### TASK GOAL
Using the records below, repeat exactly the lines from the one holding "v 8.73 -4.877 25" through the one holding "v 3.326 2.222 12.5", both ends included, and no others.
===== PROVIDED INFORMATION
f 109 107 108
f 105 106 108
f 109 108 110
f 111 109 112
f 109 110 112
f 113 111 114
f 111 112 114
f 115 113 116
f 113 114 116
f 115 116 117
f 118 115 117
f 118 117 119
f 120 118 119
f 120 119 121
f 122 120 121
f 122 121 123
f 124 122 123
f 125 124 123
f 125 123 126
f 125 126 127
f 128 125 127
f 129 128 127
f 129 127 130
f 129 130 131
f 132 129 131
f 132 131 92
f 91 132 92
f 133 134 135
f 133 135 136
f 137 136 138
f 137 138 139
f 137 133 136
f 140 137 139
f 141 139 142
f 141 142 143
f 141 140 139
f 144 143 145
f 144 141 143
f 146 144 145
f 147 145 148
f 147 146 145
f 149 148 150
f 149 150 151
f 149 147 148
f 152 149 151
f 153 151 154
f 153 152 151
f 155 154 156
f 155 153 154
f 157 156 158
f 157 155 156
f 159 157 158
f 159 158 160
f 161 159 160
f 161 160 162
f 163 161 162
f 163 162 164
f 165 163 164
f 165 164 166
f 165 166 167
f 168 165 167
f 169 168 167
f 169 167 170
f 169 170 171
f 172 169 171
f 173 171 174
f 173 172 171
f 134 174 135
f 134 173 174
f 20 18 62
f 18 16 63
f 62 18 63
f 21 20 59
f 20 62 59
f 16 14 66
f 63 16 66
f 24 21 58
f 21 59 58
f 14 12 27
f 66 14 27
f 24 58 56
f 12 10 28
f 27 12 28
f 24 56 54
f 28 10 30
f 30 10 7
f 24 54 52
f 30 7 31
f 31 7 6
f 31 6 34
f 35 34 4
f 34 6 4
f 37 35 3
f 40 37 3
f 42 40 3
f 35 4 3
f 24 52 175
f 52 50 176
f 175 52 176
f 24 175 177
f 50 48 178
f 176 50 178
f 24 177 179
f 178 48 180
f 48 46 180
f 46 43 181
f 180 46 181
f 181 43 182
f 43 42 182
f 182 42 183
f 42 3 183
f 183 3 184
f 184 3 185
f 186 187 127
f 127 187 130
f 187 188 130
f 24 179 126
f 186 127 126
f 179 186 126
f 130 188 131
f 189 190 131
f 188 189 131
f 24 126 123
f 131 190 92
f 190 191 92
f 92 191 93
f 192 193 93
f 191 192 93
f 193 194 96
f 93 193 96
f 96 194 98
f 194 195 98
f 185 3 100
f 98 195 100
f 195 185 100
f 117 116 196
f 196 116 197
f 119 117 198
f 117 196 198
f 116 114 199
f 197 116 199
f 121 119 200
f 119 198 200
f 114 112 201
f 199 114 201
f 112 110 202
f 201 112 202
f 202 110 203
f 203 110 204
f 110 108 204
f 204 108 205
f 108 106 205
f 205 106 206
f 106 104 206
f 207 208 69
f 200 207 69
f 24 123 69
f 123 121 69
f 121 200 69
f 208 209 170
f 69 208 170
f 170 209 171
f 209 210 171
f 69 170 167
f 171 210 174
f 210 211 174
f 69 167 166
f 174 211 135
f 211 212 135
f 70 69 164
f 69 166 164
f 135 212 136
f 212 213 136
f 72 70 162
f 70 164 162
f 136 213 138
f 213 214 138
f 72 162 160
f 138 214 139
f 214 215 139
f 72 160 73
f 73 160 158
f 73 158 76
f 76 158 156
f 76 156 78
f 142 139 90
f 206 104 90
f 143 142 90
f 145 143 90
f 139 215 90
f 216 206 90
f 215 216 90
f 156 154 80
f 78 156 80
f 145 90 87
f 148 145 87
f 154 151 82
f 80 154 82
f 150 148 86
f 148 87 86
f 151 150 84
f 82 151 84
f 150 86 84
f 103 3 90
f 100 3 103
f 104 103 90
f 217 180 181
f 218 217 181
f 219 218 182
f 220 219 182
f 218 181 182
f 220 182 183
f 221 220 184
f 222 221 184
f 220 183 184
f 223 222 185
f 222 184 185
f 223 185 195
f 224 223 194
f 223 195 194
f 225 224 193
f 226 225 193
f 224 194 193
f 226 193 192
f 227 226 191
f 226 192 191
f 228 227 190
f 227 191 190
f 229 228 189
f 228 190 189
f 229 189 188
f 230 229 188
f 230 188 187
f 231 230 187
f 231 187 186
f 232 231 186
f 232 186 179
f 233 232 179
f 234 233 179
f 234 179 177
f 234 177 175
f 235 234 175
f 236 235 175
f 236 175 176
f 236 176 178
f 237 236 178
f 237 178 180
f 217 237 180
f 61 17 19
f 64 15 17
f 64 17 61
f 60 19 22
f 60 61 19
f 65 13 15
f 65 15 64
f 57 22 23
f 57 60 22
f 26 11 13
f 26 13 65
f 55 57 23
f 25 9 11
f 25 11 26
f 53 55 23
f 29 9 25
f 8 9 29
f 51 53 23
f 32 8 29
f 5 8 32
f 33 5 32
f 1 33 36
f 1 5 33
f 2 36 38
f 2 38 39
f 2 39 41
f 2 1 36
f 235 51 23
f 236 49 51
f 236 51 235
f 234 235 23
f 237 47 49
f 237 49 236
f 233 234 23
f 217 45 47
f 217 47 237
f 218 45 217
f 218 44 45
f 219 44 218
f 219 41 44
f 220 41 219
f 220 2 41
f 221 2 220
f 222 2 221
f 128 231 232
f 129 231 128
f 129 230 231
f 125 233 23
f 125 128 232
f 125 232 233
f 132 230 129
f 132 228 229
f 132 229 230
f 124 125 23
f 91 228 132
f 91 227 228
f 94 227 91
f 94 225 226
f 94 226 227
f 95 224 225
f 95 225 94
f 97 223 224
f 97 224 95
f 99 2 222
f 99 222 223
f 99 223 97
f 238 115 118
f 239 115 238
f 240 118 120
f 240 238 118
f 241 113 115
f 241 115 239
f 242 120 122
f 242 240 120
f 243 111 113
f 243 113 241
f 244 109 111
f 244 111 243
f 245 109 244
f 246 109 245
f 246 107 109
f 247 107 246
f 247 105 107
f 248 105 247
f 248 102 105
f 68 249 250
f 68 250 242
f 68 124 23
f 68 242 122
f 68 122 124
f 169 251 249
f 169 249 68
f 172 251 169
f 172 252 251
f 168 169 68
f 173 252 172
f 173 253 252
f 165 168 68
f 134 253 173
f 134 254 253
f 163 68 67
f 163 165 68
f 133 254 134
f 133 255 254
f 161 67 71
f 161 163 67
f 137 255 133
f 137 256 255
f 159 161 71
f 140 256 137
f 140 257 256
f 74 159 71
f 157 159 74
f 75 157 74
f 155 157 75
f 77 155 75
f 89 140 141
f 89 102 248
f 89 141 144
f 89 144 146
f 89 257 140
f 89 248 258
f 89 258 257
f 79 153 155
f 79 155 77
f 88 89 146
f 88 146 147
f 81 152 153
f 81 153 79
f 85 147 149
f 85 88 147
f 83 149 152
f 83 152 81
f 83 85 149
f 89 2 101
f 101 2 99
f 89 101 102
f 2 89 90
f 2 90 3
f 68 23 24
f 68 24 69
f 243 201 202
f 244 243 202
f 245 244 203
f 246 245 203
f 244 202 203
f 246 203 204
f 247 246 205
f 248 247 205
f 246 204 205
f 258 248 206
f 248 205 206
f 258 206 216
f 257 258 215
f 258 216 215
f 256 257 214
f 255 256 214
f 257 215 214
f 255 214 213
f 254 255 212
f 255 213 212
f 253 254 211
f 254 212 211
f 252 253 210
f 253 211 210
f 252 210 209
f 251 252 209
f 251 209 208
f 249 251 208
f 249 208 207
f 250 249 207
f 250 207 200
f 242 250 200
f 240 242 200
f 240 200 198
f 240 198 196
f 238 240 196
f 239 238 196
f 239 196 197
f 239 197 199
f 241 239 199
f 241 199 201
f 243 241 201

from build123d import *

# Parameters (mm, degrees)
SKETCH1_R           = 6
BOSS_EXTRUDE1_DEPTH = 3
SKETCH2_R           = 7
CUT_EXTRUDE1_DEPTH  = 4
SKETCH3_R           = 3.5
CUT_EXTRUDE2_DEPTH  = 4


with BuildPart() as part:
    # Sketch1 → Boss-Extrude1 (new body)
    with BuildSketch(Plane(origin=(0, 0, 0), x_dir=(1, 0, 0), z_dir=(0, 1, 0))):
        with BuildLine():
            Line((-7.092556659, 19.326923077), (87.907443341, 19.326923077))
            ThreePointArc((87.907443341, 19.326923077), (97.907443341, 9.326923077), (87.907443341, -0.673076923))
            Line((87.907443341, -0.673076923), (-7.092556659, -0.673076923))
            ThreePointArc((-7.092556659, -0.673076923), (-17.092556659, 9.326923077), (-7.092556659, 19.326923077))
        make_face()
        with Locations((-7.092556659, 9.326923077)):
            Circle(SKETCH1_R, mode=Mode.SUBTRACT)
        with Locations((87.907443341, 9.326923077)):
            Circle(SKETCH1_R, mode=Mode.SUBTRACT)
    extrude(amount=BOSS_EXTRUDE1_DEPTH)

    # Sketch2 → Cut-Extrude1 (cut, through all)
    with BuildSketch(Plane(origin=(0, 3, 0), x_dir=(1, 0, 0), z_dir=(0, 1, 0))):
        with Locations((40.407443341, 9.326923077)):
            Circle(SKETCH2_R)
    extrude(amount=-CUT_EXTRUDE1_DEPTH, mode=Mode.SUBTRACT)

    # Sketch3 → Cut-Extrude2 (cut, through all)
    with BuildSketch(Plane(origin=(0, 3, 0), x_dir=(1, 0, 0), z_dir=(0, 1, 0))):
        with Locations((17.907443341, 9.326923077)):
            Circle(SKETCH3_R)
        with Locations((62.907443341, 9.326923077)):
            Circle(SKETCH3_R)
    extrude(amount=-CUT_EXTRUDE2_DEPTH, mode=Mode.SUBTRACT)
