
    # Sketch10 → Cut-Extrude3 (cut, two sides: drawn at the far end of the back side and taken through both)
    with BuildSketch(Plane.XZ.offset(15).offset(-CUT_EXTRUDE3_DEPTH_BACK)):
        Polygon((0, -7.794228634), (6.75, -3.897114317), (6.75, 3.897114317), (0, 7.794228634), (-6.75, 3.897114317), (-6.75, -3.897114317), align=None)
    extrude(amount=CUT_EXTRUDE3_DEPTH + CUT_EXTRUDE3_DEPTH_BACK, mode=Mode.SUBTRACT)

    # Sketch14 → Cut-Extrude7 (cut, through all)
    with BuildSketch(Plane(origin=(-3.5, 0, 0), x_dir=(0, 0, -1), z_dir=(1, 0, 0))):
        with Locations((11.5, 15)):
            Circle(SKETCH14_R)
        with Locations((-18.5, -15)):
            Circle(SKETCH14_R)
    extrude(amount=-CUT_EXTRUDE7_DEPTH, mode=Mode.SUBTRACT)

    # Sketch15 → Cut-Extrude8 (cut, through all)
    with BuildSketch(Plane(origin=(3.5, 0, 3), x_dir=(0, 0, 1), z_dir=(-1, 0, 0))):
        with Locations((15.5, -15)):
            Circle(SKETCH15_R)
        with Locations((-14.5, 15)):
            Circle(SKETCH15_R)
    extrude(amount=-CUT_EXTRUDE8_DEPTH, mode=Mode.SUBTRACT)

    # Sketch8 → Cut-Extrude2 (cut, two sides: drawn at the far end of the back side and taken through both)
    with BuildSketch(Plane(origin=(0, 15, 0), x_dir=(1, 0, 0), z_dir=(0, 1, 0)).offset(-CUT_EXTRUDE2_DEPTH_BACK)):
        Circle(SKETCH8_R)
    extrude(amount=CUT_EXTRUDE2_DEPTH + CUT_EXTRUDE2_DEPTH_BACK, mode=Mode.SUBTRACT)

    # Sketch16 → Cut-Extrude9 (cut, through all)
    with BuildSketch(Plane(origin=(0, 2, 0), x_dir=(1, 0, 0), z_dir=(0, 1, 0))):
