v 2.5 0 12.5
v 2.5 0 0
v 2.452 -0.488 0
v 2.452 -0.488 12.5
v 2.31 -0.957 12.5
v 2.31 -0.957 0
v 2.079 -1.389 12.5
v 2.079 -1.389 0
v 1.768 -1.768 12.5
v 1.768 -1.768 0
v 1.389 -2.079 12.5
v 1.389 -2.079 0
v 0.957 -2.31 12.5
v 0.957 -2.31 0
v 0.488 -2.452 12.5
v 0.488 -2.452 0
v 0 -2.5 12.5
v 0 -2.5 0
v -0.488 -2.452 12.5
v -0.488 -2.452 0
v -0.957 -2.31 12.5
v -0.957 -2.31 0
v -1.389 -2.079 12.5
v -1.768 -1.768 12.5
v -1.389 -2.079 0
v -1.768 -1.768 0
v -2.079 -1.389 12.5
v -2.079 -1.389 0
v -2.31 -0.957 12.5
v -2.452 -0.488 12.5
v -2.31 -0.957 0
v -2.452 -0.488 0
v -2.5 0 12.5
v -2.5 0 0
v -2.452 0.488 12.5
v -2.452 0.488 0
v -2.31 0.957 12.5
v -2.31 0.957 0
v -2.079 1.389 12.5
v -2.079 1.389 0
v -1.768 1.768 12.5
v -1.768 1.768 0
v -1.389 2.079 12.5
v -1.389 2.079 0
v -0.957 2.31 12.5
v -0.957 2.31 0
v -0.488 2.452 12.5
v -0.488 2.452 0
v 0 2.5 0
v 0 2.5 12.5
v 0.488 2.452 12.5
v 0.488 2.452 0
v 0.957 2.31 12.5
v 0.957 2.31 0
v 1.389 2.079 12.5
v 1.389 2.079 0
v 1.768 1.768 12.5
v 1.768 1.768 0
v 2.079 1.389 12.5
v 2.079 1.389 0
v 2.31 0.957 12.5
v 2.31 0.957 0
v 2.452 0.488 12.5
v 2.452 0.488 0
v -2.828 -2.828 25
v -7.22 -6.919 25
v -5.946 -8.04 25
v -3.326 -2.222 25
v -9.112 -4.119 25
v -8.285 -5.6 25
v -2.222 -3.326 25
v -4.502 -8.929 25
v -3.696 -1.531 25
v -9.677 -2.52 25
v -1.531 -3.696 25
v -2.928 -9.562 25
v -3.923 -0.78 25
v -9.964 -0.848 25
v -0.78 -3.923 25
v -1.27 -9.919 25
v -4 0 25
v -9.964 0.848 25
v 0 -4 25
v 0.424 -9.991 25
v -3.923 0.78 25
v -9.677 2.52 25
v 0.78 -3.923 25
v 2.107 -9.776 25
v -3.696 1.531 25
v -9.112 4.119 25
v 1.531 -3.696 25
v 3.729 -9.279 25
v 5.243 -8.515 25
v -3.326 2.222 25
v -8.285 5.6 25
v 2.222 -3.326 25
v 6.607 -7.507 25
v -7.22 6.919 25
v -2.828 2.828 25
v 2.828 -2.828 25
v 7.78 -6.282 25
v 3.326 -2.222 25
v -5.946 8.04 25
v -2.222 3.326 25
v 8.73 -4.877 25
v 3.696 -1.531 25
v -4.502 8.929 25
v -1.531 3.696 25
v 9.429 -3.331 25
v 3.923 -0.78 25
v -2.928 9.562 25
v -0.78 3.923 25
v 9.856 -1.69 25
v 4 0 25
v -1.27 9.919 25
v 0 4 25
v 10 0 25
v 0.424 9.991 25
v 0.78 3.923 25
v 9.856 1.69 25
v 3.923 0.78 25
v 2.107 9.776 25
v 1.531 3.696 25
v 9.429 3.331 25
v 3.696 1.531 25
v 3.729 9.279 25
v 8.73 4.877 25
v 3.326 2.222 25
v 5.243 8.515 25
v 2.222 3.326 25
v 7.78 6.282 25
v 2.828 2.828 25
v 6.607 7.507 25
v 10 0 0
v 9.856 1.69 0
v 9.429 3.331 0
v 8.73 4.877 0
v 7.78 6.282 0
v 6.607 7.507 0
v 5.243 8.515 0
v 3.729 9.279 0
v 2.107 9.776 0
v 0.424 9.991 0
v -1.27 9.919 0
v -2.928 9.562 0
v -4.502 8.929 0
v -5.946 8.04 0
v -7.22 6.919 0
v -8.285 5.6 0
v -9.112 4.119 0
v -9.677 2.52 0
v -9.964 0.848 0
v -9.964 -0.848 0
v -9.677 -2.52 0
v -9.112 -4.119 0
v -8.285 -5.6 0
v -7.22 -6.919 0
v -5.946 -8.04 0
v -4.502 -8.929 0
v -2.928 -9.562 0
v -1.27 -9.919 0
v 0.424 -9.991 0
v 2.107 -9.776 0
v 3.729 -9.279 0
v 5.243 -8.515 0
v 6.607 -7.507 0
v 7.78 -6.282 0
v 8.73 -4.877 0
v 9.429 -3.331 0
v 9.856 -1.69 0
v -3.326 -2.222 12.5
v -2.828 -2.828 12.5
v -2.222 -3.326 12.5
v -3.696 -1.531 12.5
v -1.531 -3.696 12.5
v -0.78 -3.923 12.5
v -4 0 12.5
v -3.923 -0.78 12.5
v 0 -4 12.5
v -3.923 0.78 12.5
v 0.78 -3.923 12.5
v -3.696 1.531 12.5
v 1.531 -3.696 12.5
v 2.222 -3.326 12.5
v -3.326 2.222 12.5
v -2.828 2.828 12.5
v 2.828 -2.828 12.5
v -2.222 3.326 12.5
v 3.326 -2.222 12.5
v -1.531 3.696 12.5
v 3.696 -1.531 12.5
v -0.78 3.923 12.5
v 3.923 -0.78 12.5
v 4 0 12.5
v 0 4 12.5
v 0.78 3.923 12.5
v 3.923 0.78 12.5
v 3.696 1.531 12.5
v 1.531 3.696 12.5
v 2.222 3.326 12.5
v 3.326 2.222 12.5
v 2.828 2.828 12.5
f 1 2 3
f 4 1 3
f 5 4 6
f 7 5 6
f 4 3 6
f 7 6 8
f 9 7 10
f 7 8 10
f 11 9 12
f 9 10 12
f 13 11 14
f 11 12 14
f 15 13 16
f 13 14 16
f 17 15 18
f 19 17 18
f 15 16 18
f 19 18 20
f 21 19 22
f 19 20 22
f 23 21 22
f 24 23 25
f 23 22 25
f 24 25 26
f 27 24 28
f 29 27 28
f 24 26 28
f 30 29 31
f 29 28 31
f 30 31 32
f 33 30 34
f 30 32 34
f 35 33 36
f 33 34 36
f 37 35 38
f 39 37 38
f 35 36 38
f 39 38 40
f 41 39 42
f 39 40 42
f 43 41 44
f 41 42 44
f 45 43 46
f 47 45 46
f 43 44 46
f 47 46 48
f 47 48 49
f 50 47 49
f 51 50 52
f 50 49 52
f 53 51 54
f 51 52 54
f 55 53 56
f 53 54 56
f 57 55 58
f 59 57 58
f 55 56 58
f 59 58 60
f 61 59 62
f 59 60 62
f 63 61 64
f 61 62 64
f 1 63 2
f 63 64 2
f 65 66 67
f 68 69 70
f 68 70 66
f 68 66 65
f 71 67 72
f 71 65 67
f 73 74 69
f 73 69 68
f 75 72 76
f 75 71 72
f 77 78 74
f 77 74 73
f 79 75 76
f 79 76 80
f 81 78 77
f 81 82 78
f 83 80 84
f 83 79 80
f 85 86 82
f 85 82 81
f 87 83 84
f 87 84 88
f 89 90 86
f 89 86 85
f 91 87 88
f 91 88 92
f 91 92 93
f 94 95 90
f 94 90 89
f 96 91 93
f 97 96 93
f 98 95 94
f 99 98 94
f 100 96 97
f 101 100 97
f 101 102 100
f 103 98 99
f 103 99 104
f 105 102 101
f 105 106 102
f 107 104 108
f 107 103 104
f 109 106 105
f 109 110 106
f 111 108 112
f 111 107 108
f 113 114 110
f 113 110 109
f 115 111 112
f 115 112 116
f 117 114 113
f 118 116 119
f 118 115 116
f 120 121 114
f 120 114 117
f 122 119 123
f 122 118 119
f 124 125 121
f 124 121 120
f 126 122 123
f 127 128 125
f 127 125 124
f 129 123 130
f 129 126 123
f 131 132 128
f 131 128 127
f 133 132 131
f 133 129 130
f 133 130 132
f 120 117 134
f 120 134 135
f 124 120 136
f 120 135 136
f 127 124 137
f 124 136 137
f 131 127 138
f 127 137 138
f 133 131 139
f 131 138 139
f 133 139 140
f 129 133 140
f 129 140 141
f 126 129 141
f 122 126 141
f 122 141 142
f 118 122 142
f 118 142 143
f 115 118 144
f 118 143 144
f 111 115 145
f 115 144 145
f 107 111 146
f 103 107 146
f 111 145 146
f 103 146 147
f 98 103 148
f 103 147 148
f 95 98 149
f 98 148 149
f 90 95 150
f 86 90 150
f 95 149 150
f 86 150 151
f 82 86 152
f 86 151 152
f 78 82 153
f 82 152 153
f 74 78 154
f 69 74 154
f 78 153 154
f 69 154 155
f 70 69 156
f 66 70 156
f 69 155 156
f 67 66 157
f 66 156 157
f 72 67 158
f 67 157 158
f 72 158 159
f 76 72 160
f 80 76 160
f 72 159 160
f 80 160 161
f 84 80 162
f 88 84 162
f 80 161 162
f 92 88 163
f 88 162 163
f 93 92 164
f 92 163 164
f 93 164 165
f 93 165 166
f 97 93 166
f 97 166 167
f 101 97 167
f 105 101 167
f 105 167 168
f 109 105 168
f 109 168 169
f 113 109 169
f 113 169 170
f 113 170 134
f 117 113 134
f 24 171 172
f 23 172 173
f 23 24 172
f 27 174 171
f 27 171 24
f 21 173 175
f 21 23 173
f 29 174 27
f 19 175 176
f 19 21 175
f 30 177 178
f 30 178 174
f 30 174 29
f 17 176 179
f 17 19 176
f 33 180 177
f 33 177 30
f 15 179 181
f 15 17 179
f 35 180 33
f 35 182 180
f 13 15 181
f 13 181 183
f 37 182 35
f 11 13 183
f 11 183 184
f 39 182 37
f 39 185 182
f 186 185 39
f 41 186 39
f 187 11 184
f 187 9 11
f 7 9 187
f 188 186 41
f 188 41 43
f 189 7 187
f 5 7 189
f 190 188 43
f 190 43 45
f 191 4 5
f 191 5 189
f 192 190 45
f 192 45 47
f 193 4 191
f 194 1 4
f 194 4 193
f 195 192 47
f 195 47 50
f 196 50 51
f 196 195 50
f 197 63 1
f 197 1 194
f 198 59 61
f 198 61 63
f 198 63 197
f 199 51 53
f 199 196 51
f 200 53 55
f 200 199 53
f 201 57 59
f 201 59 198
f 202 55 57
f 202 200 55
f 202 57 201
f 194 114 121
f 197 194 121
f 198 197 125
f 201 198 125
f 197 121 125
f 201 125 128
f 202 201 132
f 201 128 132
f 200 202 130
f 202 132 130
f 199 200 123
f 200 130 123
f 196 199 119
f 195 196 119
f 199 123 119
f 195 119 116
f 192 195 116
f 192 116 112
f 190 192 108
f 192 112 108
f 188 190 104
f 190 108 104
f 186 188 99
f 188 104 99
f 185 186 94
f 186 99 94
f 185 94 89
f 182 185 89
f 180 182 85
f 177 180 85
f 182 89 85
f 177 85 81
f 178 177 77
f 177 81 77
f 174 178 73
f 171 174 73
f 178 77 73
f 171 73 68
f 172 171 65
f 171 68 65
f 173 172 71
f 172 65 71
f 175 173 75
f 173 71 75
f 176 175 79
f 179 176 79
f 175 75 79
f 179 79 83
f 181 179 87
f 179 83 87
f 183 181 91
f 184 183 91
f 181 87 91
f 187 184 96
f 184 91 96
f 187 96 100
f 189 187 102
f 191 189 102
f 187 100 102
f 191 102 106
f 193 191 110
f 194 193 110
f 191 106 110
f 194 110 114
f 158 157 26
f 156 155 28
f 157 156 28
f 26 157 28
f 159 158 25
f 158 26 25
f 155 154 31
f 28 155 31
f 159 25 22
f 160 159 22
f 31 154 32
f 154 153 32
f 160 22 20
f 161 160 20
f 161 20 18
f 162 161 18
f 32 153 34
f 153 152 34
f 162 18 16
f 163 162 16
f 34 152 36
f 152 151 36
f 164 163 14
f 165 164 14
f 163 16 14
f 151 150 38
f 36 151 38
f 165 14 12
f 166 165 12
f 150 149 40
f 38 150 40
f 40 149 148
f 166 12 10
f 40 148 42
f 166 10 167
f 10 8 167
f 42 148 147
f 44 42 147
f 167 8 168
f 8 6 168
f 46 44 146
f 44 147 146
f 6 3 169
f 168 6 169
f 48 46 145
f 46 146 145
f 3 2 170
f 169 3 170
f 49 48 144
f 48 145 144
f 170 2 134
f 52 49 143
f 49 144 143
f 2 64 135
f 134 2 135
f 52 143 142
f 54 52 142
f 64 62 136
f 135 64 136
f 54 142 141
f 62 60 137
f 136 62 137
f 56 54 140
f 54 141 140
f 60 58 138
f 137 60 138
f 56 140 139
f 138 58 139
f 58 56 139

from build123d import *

# Parameters (mm, degrees)
SKETCH_R        = 10
PAD_DEPTH       = 25
SKETCH001_R     = 4
POCKET_DEPTH    = 12.5
SKETCH002_R     = 2.5
POCKET001_DEPTH = 12.5


with BuildPart() as part:
    # Sketch → Pad (new body)
    with BuildSketch(Plane.XY):
        Circle(SKETCH_R)
    extrude(amount=PAD_DEPTH)

    # Sketch001 (on Face3 of Pad) → Pocket (cut)
    with BuildSketch(Plane.XY.offset(25)):
        Circle(SKETCH001_R)
    extrude(amount=-POCKET_DEPTH, mode=Mode.SUBTRACT)

    # Sketch002 (on Face2 of Pocket) → Pocket001 (cut)
    with BuildSketch(Plane(origin=(0, 0, 0), x_dir=(1, 0, 0), z_dir=(0, 0, -1))):
        Circle(SKETCH002_R)
    extrude(amount=-POCKET001_DEPTH, mode=Mode.SUBTRACT)


solid = part.part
==========
### WRITTEN ANSWER
v 8.73 -4.877 25
v 3.696 -1.531 25
v -4.502 8.929 25
v -1.531 3.696 25
v 9.429 -3.331 25
v 3.923 -0.78 25
v -2.928 9.562 25
v -0.78 3.923 25
v 9.856 -1.69 25
v 4 0 25
v -1.27 9.919 25
v 0 4 25
v 10 0 25
v 0.424 9.991 25
v 0.78 3.923 25
v 9.856 1.69 25
v 3.923 0.78 25
v 2.107 9.776 25
v 1.531 3.696 25
v 9.429 3.331 25
v 3.696 1.531 25
v 3.729 9.279 25
v 8.73 4.877 25
v 3.326 2.222 25
v 5.243 8.515 25
v 2.222 3.326 25
v 7.78 6.282 25
v 2.828 2.828 25
v 6.607 7.507 25
v 10 0 0
v 9.856 1.69 0
v 9.429 3.331 0
v 8.73 4.877 0
v 7.78 6.282 0
v 6.607 7.507 0
v 5.243 8.515 0
v 3.729 9.279 0
v 2.107 9.776 0
v 0.424 9.991 0
v -1.27 9.919 0
v -2.928 9.562 0
v -4.502 8.929 0
v -5.946 8.04 0
v -7.22 6.919 0
v -8.285 5.6 0
v -9.112 4.119 0
v -9.677 2.52 0
v -9.964 0.848 0
v -9.964 -0.848 0
v -9.677 -2.52 0
v -9.112 -4.119 0
v -8.285 -5.6 0
v -7.22 -6.919 0
v -5.946 -8.04 0
v -4.502 -8.929 0
v -2.928 -9.562 0
v -1.27 -9.919 0
v 0.424 -9.991 0
v 2.107 -9.776 0
v 3.729 -9.279 0
v 5.243 -8.515 0
v 6.607 -7.507 0
v 7.78 -6.282 0
v 8.73 -4.877 0
v 9.429 -3.331 0
v 9.856 -1.69 0
v -3.326 -2.222 12.5
v -2.828 -2.828 12.5
v -2.222 -3.326 12.5
v -3.696 -1.531 12.5
v -1.531 -3.696 12.5
v -0.78 -3.923 12.5
v -4 0 12.5
v -3.923 -0.78 12.5
v 0 -4 12.5
v -3.923 0.78 12.5
v 0.78 -3.923 12.5
v -3.696 1.531 12.5
v 1.531 -3.696 12.5
v 2.222 -3.326 12.5
v -3.326 2.222 12.5
v -2.828 2.828 12.5
v 2.828 -2.828 12.5
v -2.222 3.326 12.5
v 3.326 -2.222 12.5
v -1.531 3.696 12.5
v 3.696 -1.531 12.5
v -0.78 3.923 12.5
v 3.923 -0.78 12.5
v 4 0 12.5
v 0 4 12.5
v 0.78 3.923 12.5
v 3.923 0.78 12.5
v 3.696 1.531 12.5
v 1.531 3.696 12.5
v 2.222 3.326 12.5
v 3.326 2.222 12.5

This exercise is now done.